And Then What?

 Luis Rubio

Electoral competitions are (almost) like a soccer game: they give free rein to emotions, wagers and illusions. The citizenry turns itself over to the process and (at least one part of it) participating with overwhelming zeal. However, it is after Election Day is over when the true challenge begins: that of governing. And neither of the two candidates for the Mexican presidency as of today is endowed with the conditions required to be able to exercise their functions in an effective manner.

The candidates themselves are not the problem. Each of these women have their virtues and defects, strengths and weaknesses.  The problem is the nature of the Mexican political system that, on the one hand, confers extraordinary (in point of fact, excessive) powers on the presidency and, on another, leaves the entire rest of the country up in the air: without natural mechanisms of interaction among the three branches of government,  without a structure of coordination between the president and the governors and without instruments to achieve public security and without a functioning justice system for the citizenry.
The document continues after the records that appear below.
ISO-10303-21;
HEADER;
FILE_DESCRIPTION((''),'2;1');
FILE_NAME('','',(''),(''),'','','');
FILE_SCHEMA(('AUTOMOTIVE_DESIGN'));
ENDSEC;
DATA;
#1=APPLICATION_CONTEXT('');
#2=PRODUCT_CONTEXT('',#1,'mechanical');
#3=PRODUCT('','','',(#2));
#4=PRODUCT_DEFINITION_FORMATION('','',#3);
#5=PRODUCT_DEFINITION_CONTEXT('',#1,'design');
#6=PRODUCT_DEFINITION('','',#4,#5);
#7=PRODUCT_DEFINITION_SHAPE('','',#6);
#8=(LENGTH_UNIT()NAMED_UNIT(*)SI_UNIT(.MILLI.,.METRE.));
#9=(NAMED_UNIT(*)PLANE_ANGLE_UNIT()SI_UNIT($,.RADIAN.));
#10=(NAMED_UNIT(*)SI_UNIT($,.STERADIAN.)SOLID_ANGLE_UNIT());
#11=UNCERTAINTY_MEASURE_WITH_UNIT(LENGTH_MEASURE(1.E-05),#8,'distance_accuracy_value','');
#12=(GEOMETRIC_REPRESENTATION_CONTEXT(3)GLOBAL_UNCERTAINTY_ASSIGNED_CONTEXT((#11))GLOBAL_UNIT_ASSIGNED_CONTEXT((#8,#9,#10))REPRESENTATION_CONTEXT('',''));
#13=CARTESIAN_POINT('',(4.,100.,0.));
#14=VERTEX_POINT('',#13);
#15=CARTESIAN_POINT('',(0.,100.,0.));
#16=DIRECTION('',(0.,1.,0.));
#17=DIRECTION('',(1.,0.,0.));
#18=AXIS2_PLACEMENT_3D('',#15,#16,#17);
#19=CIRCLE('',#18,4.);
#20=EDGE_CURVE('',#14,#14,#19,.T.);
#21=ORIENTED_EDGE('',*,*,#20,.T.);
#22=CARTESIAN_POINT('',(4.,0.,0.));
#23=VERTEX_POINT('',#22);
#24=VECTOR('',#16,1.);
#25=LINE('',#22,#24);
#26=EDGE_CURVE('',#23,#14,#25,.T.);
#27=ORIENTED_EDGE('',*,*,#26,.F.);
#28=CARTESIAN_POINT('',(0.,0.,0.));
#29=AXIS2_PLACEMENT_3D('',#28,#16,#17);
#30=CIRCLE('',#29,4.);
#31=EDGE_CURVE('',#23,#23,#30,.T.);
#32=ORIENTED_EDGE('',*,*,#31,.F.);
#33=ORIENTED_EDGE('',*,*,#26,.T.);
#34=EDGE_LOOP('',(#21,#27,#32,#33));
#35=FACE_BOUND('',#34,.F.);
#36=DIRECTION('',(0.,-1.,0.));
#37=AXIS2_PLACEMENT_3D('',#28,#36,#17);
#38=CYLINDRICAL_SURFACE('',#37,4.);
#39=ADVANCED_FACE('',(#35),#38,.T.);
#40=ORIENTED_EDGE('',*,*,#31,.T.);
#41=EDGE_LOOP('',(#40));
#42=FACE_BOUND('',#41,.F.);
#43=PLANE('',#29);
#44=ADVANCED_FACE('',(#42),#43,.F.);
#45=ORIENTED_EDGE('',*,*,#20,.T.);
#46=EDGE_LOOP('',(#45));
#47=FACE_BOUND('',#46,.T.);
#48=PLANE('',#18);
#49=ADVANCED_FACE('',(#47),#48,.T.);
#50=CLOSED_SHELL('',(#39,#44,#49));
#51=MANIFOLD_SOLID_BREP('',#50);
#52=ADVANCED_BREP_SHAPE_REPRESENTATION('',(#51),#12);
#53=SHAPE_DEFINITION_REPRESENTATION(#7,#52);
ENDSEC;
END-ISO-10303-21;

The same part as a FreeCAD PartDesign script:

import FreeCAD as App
import Part
import Sketcher
Q = App.Units.Quantity

doc = App.newDocument("Part")
body = doc.addObject("PartDesign::Body", "Body")

# Sketch on XZ plane
sketch1 = body.newObject("Sketcher::SketchObject", "Sketch")
sketch1.AttachmentSupport = (doc.getObject("XZ_Plane"), [""])
sketch1.MapMode = "FlatFace"
sketch1.addGeometry(Part.Circle(App.Vector(0, 0, 0), App.Vector(0, 0, 1), 4), False)
sketch1.addConstraint([
    Sketcher.Constraint("Coincident", 0, 3, -1, 1),
    Sketcher.Constraint("Diameter", 0, Q("8 mm")),
])
pad1 = body.newObject("PartDesign::Pad", "Pad")
pad1.Profile = sketch1
pad1.Length = 100
pad1.Reversed = True

doc.recompute()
That is, Mexicans have a primitive system that does not dovetail with the reality of the country and of the present-day world and that does not fulfill its most elemental responsibilities.
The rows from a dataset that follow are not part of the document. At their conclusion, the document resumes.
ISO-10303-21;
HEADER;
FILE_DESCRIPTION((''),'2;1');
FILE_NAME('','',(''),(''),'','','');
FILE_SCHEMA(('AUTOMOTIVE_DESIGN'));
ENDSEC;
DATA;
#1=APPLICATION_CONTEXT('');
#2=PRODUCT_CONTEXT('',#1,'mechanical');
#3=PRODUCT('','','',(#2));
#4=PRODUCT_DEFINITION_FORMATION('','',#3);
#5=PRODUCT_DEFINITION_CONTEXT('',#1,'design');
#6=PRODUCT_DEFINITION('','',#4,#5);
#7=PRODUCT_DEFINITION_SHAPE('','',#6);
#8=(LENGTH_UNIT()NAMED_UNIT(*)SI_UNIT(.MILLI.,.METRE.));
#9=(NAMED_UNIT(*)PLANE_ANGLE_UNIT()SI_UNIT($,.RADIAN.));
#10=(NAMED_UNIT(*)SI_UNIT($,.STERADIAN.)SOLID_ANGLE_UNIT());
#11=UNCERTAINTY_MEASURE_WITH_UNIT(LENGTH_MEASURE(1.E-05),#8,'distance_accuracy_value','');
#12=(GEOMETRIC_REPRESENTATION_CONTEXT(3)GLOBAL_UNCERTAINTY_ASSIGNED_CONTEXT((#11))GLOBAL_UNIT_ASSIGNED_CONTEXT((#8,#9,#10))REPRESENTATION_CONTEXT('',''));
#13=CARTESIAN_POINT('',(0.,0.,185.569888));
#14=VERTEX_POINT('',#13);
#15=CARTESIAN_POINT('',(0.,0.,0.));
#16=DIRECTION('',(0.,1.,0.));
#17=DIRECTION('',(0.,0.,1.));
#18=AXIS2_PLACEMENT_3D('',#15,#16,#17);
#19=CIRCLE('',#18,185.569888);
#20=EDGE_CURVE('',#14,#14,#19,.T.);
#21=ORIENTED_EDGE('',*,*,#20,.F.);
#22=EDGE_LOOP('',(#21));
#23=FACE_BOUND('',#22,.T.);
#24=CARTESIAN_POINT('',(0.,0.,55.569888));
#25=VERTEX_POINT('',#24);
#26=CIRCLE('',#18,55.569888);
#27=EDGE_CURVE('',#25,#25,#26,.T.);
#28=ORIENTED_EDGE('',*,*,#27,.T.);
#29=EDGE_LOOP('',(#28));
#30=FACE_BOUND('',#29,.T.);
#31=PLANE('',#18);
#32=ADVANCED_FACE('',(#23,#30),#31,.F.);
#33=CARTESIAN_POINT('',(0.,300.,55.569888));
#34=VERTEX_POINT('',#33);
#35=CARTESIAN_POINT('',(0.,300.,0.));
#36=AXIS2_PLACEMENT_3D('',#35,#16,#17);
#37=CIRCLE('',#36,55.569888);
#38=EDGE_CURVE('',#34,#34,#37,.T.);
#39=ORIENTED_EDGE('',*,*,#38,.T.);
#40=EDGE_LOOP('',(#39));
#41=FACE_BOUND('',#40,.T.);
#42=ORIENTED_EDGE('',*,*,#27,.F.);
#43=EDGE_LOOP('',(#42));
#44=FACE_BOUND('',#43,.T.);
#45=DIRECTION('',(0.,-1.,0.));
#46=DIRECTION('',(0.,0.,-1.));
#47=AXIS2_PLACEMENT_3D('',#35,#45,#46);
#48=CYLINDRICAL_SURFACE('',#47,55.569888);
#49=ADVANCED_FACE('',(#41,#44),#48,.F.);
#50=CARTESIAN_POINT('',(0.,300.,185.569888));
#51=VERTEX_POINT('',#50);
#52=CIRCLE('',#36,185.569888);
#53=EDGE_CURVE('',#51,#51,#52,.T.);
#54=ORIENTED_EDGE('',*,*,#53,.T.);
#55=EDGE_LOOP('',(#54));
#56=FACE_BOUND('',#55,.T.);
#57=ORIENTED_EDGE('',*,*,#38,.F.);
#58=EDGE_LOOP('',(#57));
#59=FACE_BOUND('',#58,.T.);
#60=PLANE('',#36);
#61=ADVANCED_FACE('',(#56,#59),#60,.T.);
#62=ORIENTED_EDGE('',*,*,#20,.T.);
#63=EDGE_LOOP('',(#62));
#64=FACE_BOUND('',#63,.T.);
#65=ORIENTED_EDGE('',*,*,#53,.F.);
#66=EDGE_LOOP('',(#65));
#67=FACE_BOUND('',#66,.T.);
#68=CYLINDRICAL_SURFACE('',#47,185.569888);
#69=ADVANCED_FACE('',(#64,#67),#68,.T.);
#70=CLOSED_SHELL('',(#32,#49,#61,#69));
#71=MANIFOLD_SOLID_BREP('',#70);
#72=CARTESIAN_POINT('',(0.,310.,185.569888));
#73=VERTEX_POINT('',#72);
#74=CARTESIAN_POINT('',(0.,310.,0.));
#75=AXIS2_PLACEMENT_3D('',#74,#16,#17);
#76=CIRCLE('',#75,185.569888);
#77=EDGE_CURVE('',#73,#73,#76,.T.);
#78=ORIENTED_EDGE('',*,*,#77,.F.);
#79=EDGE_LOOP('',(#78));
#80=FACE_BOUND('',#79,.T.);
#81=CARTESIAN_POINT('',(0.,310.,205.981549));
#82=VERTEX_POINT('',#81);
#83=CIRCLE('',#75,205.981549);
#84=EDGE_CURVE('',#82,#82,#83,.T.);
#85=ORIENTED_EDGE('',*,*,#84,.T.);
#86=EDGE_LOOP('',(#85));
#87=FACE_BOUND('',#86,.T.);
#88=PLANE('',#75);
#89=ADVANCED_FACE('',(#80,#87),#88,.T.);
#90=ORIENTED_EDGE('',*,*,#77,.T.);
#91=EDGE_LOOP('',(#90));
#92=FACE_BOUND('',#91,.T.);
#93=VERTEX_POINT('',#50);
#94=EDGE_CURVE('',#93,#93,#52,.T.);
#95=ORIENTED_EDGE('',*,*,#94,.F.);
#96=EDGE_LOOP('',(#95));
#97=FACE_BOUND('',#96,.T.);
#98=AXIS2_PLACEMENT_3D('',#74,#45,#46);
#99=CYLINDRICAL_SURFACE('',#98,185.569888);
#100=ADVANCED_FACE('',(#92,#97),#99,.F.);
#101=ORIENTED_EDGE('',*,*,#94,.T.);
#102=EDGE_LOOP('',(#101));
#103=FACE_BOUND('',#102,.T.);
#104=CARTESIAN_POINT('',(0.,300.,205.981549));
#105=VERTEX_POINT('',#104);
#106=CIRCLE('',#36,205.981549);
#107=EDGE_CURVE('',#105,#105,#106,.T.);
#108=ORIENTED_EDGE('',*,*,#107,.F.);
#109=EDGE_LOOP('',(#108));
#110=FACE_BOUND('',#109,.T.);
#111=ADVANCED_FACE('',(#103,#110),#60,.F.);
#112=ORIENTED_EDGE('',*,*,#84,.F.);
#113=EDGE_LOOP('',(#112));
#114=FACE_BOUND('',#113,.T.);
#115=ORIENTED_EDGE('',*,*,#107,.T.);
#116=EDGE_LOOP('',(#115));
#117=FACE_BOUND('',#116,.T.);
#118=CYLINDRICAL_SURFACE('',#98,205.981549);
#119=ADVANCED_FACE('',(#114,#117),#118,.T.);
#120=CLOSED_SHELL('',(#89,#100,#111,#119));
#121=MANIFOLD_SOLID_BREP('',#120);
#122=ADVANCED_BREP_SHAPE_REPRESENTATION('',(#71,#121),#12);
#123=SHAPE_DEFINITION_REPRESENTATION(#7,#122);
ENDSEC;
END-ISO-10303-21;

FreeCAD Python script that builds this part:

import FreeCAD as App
import Part
import Sketcher

doc = App.newDocument("Part")
body = doc.addObject("PartDesign::Body", "Body")

sketch1 = body.newObject("Sketcher::SketchObject", "Sketch")
sketch1.AttachmentSupport = (doc.getObject("XZ_Plane"), [""])
sketch1.MapMode = "FlatFace"
sketch1.addGeometry([
    Part.Circle(App.Vector(0, 0, 0), App.Vector(0, 0, 1), 186),
    Part.Circle(App.Vector(0, 0, 0), App.Vector(0, 0, 1), 56),
], False)
sketch1.addConstraint([
    Sketcher.Constraint("Coincident", 0, 3, -1, 1),
    Sketcher.Constraint("Coincident", 1, 3, -1, 1),
    Sketcher.Constraint("Diameter", 0, 371.139775),
    Sketcher.Constraint("Diameter", 1, 111.139775),
])
pad1 = body.newObject("PartDesign::Pad", "Pad")
pad1.Profile = sketch1
pad1.Length = 300
pad1.Reversed = True
body2 = doc.addObject("PartDesign::Body", "Body001")

sketch2 = body2.newObject("Sketcher::SketchObject", "Sketch001")
sketch2.AttachmentSupport = (doc.getObject("XZ_Plane001"), [""])
sketch2.MapMode = "FlatFace"
sketch2.AttachmentOffset = App.Placement(App.Vector(0, 0, -300), App.Rotation())
sketch2.addGeometry([
    Part.Circle(App.Vector(0, 0, 0), App.Vector(0, 0, 1), 206),
    Part.Circle(App.Vector(0, 0, 0), App.Vector(0, 0, 1), 186),
], False)
sketch2.addConstraint([
    Sketcher.Constraint("Coincident", 0, 3, -1, 1),
    Sketcher.Constraint("Coincident", 1, 3, -1, 1),
    Sketcher.Constraint("Diameter", 0, 411.963097),
    Sketcher.Constraint("Diameter", 1, 371.139775),
])
pad2 = body2.newObject("PartDesign::Pad", "Pad001")
pad2.Profile = sketch2
pad2.Length = 10
pad2.Reversed = True

doc.recompute()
Another way of saying this is that the country entered a process of democratization without having transformed and secured its most basic institutions, such as the government, justice and security. Democratization commenced in 1968, but it took shape with the growing electoral competition of the eighties and nineties and, thanks to the efforts to advance electoral reform up to the most fundamental of these, that of 1996. Notwithstanding this, in contrast with other nations -above all in Asia and in southern Europe-, which underwent transformation during those same years, Mexico accelerated its pace toward the open and dependable election of its governors without being able to rely on an effective government, a consolidated justice system and a successful security regimen.  And Mexicans are now paying the price of that blindness.

On the first of October of next year the new government will be inaugurated. Even if the electoral process were to end up being a model of probity (as it has been since 1997) and everyone were to abide by the result, whoever that may be, a new president will be sworn into office and will find herself facing circumstances that are in good measure unprecedented and not due solely to the fact of her being a woman.
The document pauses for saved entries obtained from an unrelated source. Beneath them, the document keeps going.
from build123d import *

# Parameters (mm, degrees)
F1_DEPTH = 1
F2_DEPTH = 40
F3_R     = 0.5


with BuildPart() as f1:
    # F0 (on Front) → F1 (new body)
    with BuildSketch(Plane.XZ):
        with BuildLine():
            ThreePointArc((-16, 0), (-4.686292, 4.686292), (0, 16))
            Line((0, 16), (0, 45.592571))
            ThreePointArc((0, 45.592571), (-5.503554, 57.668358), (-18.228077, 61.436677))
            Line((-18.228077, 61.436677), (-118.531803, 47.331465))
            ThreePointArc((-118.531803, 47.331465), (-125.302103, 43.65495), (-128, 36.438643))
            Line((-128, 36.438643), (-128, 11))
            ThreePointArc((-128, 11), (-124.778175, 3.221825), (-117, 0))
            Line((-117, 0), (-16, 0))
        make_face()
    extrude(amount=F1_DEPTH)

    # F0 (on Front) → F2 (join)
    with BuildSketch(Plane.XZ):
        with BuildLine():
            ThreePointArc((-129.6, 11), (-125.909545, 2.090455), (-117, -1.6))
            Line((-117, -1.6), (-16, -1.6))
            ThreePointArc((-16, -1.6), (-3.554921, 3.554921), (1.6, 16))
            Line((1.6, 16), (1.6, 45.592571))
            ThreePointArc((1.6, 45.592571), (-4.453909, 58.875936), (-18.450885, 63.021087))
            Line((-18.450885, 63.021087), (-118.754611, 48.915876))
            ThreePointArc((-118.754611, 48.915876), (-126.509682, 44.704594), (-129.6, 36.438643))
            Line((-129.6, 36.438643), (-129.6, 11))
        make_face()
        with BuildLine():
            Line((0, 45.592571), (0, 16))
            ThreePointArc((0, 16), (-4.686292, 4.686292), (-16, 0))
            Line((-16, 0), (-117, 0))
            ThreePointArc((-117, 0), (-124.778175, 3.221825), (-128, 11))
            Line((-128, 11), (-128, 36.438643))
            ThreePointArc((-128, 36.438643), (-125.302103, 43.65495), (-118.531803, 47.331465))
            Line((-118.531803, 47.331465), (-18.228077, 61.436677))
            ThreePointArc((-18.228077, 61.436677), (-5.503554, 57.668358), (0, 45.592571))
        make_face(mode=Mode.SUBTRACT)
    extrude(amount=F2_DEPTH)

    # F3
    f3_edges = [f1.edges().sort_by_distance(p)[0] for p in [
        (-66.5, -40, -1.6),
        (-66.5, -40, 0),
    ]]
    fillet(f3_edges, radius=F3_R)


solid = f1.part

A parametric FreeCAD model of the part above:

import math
import FreeCAD as App
import Part
import Sketcher


def edges_at(feature, points):
    """Names of the edges that pass closest to the given points."""
    edges = feature.Shape.Edges
    near = lambda p: min(range(len(edges)), key=lambda i: edges[i].distToShape(Part.Vertex(*p))[0])
    return sorted({f"Edge{near(p) + 1}" for p in points})

doc = App.newDocument("Part")
body = doc.addObject("PartDesign::Body", "Body")

# Sketch on XZ plane
sketch1 = doc.addObject("Sketcher::SketchObject", "Sketch")
body.addObject(sketch1)
sketch1.AttachmentSupport = (doc.XZ_Plane, [""])
sketch1.MapMode = "FlatFace"
sketch1.addGeometry([
    Part.ArcOfCircle(Part.Circle(App.Vector(-16, 16, 0), App.Vector(0, 0, 1), 16), math.radians(-90), math.radians(0)),  # 0
    Part.LineSegment(App.Vector(0, 16, 0), App.Vector(0, 46, 0)),  # 1
    Part.ArcOfCircle(Part.Circle(App.Vector(-16, 46, 0), App.Vector(0, 0, 1), 16), math.radians(0), math.radians(98)),  # 2
    Part.LineSegment(App.Vector(-18, 61, 0), App.Vector(-119, 47, 0)),  # 3
    Part.ArcOfCircle(Part.Circle(App.Vector(-117, 36, 0), App.Vector(0, 0, 1), 11), math.radians(98), math.radians(180)),  # 4
    Part.LineSegment(App.Vector(-128, 36, 0), App.Vector(-128, 11, 0)),  # 5
    Part.ArcOfCircle(Part.Circle(App.Vector(-117, 11, 0), App.Vector(0, 0, 1), 11), math.radians(180), math.radians(270)),  # 6
    Part.LineSegment(App.Vector(-117, 0, 0), App.Vector(-16, 0, 0)),  # 7
], False)
sketch1.addConstraint([
    Sketcher.Constraint("Tangent", 0, 2, 1, 1),
    Sketcher.Constraint("Tangent", 1, 2, 2, 1),
    Sketcher.Constraint("Tangent", 2, 2, 3, 1),
    Sketcher.Constraint("Tangent", 3, 2, 4, 1),
    Sketcher.Constraint("Tangent", 4, 2, 5, 1),
    Sketcher.Constraint("Tangent", 5, 2, 6, 1),
    Sketcher.Constraint("Tangent", 6, 2, 7, 1),
    Sketcher.Constraint("Tangent", 7, 2, 0, 1),
    Sketcher.Constraint("Vertical", 1),
    Sketcher.Constraint("Vertical", 5),
    Sketcher.Constraint("Horizontal", 7),
    Sketcher.Constraint("Equal", 0, 2),
    Sketcher.Constraint("Equal", 4, 6),
    Sketcher.Constraint("PointOnObject", 0, 2, -2),
    Sketcher.Constraint("PointOnObject", 6, 2, -1),
    Sketcher.Constraint("Radius", 0, 16.000002),
    Sketcher.Constraint("Radius", 4, 10.999999),
    Sketcher.Constraint("DistanceX", 7, 1, 7, 2, 101.0),
    Sketcher.Constraint("DistanceY", 1, 1, 1, 2, 29.592571),
    Sketcher.Constraint("DistanceX", 3, 2, 6, 3, 1.531802),
])
pad1 = doc.addObject("PartDesign::Pad", "Pad")
body.addObject(pad1)
pad1.Profile = sketch1
pad1.Length = 1

# Sketch on XZ plane
sketch2 = doc.addObject("Sketcher::SketchObject", "Sketch001")
body.addObject(sketch2)
sketch2.AttachmentSupport = (doc.XZ_Plane, [""])
sketch2.MapMode = "FlatFace"
sketch2.addGeometry([
    Part.ArcOfCircle(Part.Circle(App.Vector(-117, 11, 0), App.Vector(0, 0, 1), 13), math.radians(-180), math.radians(-90)),  # 0
    Part.LineSegment(App.Vector(-117, -2, 0), App.Vector(-16, -2, 0)),  # 1
    Part.ArcOfCircle(Part.Circle(App.Vector(-16, 16, 0), App.Vector(0, 0, 1), 18), math.radians(-90), math.radians(0)),  # 2
    Part.LineSegment(App.Vector(2, 16, 0), App.Vector(2, 46, 0)),  # 3
    Part.ArcOfCircle(Part.Circle(App.Vector(-16, 46, 0), App.Vector(0, 0, 1), 18), math.radians(0), math.radians(98)),  # 4
    Part.LineSegment(App.Vector(-18, 63, 0), App.Vector(-119, 49, 0)),  # 5
    Part.ArcOfCircle(Part.Circle(App.Vector(-117, 36, 0), App.Vector(0, 0, 1), 13), math.radians(98), math.radians(180)),  # 6
    Part.LineSegment(App.Vector(-130, 36, 0), App.Vector(-130, 11, 0)),  # 7
    Part.ArcOfCircle(Part.Circle(App.Vector(-16, 46, 0), App.Vector(0, 0, 1), 16), math.radians(0), math.radians(98)),  # 8
    Part.LineSegment(App.Vector(0, 46, 0), App.Vector(0, 16, 0)),  # 9
    Part.ArcOfCircle(Part.Circle(App.Vector(-16, 16, 0), App.Vector(0, 0, 1), 16), math.radians(-90), math.radians(0)),  # 10
    Part.LineSegment(App.Vector(-16, 0, 0), App.Vector(-117, 0, 0)),  # 11
    Part.ArcOfCircle(Part.Circle(App.Vector(-117, 11, 0), App.Vector(0, 0, 1), 11), math.radians(180), math.radians(270)),  # 12
    Part.LineSegment(App.Vector(-128, 11, 0), App.Vector(-128, 36, 0)),  # 13
    Part.ArcOfCircle(Part.Circle(App.Vector(-117, 36, 0), App.Vector(0, 0, 1), 11), math.radians(98), math.radians(180)),  # 14
    Part.LineSegment(App.Vector(-119, 47, 0), App.Vector(-18, 61, 0)),  # 15
], False)
sketch2.addConstraint([
    Sketcher.Constraint("Tangent", 0, 2, 1, 1),
    Sketcher.Constraint("Tangent", 1, 2, 2, 1),
    Sketcher.Constraint("Tangent", 2, 2, 3, 1),
    Sketcher.Constraint("Tangent", 3, 2, 4, 1),
    Sketcher.Constraint("Tangent", 4, 2, 5, 1),
    Sketcher.Constraint("Tangent", 5, 2, 6, 1),
    Sketcher.Constraint("Tangent", 6, 2, 7, 1),
    Sketcher.Constraint("Tangent", 7, 2, 0, 1),
    Sketcher.Constraint("Tangent", 8, 1, 9, 1),
    Sketcher.Constraint("Tangent", 9, 2, 10, 2),
    Sketcher.Constraint("Tangent", 10, 1, 11, 1),
    Sketcher.Constraint("Tangent", 11, 2, 12, 2),
    Sketcher.Constraint("Tangent", 12, 1, 13, 1),
    Sketcher.Constraint("Tangent", 13, 2, 14, 2),
    Sketcher.Constraint("Tangent", 14, 1, 15, 1),
    Sketcher.Constraint("Tangent", 15, 2, 8, 2),
    Sketcher.Constraint("Horizontal", 1),
    Sketcher.Constraint("Vertical", 3),
    Sketcher.Constraint("Vertical", 7),
    Sketcher.Constraint("Vertical", 9),
    Sketcher.Constraint("Horizontal", 11),
    Sketcher.Constraint("Vertical", 13),
    Sketcher.Constraint("Coincident", 8, 3, 4, 3),
    Sketcher.Constraint("Coincident", 10, 3, 2, 3),
    Sketcher.Constraint("Coincident", 12, 3, 0, 3),
    Sketcher.Constraint("Coincident", 14, 3, 6, 3),
    Sketcher.Constraint("Equal", 2, 4),
    Sketcher.Constraint("Equal", 0, 6),
    Sketcher.Constraint("PointOnObject", 8, 1, -2),
    Sketcher.Constraint("PointOnObject", 10, 1, -1),
    Sketcher.Constraint("Radius", 8, 16.0),
    Sketcher.Constraint("Radius", 12, 10.999999),
    Sketcher.Constraint("Radius", 0, 12.600002),
    Sketcher.Constraint("DistanceX", 1, 1, 1, 2, 101.0),
    Sketcher.Constraint("DistanceY", 3, 1, 3, 2, 29.592571),
    Sketcher.Constraint("DistanceY", 7, 2, 7, 1, 25.438643),
])
pad2 = doc.addObject("PartDesign::Pad", "Pad001")
body.addObject(pad2)
pad2.Profile = sketch2
pad2.Length = 40
doc.recompute()

fillet = doc.addObject("PartDesign::Fillet", "Fillet")
body.addObject(fillet)
fillet.Base = (pad2, edges_at(pad2, [(-66.5, -40, -1.6), (-66.5, -40, 0)]))
fillet.Radius = 0.5

doc.recompute()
First, the personnel with whom she will find herself surrounded will be very low in quality due to the rules decreed by the outgoing president and that disincentivized  the employment of experienced and competent personnel; second, she will become privy to  that the fiscal accounts are in virtual bankruptcy and that only by abandoning all of the non-viable and unsustainable projects driven by the government, including  contributions to the bottomless pit called Pemex, will she be in possession of some funds to be capable of functioning; third, she will have a divided Congress, one already decided to work WITH the government and not FOR the President, a difference that is not merely semantic; fourth, a generalized disenchantment due to the destroyed expectations and to the mistrust engendered toward the new person responsible for the government; and, fifth, a security crisis that threatens to become uncontainable. In a word, she will suddenly realize that the cost of the outgoing government will have been dramatic and that it left the country without easy options.

Her great advantage, supposing that the U.S. economy continues to march to a rhythm like that of the present, will lie in that exports continue to generate a wealth of demand for the general functioning of the economy. That would provide a small breath of fresh air, but it would also earmark the limits of what can be done. The easy part, because that is the way that it is imagined by the politicians who are detached from the dilemmas affecting those involved in the real world of the economy, will be to propose a fiscal reform carried out to avoid the government’s having to make any sacrifice on passing along to the citizenry the cost of the unproductivity and inefficiency of playthings such as the refinery in Dos Bocas, Tabasco, the Maya toy train and the fantasy airport. She will very soon realize, or should realize, that the equation is backward: the government must be transformed for the country to prosper.

All of this under great pressure because it will go against the current. The promises of the outgoing government will have proven to be mere figments of the imagination and the supposed political, economic and institutional strengths to be nothing more than a chimera. If the winner is Claudia Sheinbaum, her difficulty will be greater because she will not only be obligated to break with the persona of her predecessor, but also with the entirety of the spell under which he navigated under with no achievement. If the winner is Xóchitl Gálvez, her challenge will be to take advantage of the pathetic reality lo set free the citizenry’s strengths and resources that were held in check for such a long time, and that enormous entrepreneurial talent lying behind every “aspirationist” (AMLO dixit). Neither will have it easy.

But none of that will be sufficient if institutions are not built and consolidated that are not susceptible to being dismantled as the present government has done. No one, not even the most dogmatic of Morena-party followers, will accept a change if there is no clarity of course and certainty that the rules of the game will remain in force. And therein lies the true dilemma of Mexico: to erect the scaffolding of a country that can aspire to a better future and to be able to count on the elements to achieve it.